On Tue, May 26, 2020 at 07:27:15AM -0700, Dave Hansen wrote:
On 5/25/20 8:08 AM, Kirill A. Shutemov wrote:
- if (not_addressable) {
pr_err("%lldGB of physical memory is not addressable in the paging mode\n",not_addressable >> 30);if (!pgtable_l5_enabled())pr_err("Consider enabling 5-level paging\n");Could this happen at all when l5 is enabled? Does it mean we need kmap() for 64-bit?
It's future-profing. Who knows what paging modes we would have in the future.
Future-proofing and firmware-proofing. :)
In any case, are we *really* limited to 52 bits of physical memory with 5-level paging?
Yes. It's architectural. SDM says "MAXPHYADDR is at most 52" (Vol 3A, 4.1.4).
I guess it can be extended with an opt-in feature and relevant changes to page table structure. But as of today there's no such thing.
Previously, we said we were limited to 46 bits, and now we're saying that the limit is 52 with 5-level paging:
#define MAX_PHYSMEM_BITS (pgtable_l5_enabled() ? 52 : 46)
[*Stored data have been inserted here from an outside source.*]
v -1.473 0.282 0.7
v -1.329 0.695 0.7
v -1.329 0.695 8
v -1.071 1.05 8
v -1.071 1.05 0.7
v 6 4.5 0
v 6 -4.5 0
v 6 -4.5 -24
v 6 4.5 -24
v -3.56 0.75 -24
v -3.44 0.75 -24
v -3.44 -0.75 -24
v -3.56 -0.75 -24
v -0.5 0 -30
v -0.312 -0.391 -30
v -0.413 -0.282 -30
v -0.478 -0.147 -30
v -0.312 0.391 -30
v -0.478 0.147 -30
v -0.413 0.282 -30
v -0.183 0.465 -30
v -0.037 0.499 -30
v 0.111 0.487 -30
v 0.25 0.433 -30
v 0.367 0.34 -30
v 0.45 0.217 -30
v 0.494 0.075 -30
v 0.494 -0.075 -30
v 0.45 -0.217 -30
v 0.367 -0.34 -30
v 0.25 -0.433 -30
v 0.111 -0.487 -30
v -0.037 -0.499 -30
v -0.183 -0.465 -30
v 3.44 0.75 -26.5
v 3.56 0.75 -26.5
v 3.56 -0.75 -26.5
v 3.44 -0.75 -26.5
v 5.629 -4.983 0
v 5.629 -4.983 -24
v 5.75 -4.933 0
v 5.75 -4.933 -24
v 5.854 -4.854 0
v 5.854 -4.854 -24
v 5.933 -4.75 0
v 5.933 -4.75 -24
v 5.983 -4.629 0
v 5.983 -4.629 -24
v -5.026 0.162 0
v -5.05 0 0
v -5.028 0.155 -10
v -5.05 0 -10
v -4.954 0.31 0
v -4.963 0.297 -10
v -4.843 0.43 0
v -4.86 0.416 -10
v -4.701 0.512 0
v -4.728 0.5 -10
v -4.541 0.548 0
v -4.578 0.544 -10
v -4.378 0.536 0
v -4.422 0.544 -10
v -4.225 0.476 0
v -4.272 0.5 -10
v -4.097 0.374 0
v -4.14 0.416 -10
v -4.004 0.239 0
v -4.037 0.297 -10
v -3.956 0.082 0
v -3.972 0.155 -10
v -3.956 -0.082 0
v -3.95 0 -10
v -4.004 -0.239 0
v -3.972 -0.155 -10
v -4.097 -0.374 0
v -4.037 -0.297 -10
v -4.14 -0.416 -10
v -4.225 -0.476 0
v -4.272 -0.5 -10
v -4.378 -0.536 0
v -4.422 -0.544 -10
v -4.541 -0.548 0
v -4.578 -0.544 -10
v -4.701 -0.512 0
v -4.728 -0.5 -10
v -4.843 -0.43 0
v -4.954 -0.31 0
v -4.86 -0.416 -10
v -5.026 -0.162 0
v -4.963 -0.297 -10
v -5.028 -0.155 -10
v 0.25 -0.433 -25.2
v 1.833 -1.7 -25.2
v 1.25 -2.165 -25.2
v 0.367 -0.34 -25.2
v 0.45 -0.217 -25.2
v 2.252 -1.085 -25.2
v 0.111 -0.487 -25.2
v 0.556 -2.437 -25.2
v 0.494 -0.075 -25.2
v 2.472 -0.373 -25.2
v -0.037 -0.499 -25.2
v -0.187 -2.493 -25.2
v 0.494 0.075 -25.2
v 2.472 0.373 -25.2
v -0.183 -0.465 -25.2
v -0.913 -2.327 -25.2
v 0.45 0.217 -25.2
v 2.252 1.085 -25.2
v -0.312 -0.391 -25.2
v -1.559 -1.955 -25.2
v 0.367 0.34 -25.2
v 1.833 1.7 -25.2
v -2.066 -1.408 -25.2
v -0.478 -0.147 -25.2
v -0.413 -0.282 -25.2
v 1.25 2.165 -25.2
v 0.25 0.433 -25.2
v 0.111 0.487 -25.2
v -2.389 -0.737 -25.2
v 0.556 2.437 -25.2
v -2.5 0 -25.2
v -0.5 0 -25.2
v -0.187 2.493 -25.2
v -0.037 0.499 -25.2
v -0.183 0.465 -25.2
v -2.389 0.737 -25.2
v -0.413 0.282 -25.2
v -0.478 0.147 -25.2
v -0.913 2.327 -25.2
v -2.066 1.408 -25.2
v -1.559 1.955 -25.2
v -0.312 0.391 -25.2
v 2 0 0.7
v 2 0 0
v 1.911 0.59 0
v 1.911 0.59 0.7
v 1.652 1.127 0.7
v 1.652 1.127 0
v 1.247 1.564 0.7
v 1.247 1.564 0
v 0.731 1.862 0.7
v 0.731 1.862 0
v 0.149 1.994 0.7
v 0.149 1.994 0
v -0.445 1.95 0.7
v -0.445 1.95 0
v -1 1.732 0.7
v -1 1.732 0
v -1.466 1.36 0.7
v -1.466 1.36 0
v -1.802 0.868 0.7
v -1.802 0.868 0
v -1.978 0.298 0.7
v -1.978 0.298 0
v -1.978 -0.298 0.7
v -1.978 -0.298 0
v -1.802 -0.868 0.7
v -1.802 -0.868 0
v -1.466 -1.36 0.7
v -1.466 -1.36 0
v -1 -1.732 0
The 46 was fine with the 48 bits of address space on 4-level paging systems since we need 1/2 of the address space for userspace, 1/4 for the direct map and 1/4 for the vmalloc-and-friends area. At 46 bits of address space, we fill up the direct map.
The hardware designers know this and never enumerated a MAXPHYADDR from CPUID which was higher than what we could cover with 46 bits. It was nice and convenient that these two separate things matched:
- The amount of physical address space addressable in a direct map consuming 1/4 of the virtual address space.
- The CPU-enumerated MAXPHYADDR which among other things dictates how much physical address space is addressable in a PTE.
But, with 5-level paging, things are a little different. The limit in addressable memory because of running out of the direct map actually happens at 55 bits (57-2=55, analogous to the 4-level 48-2=46).
So shouldn't it technically be this:
#define MAX_PHYSMEM_BITS (pgtable_l5_enabled() ? 55 : 46)
?
Bits above 52 are ignored in the page table entries and accessible to software. Some of them got claimed by HW features (XD-bit, protection keys), but such features require explicit opt-in on software side.
Kernel could claim bits 53-55 for the physical address, but it doesn't get us anything: if future HW would provide such feature it would require opt-in. On other hand claiming them now means we cannot use them for other purposes as SW bit. I don't see a point.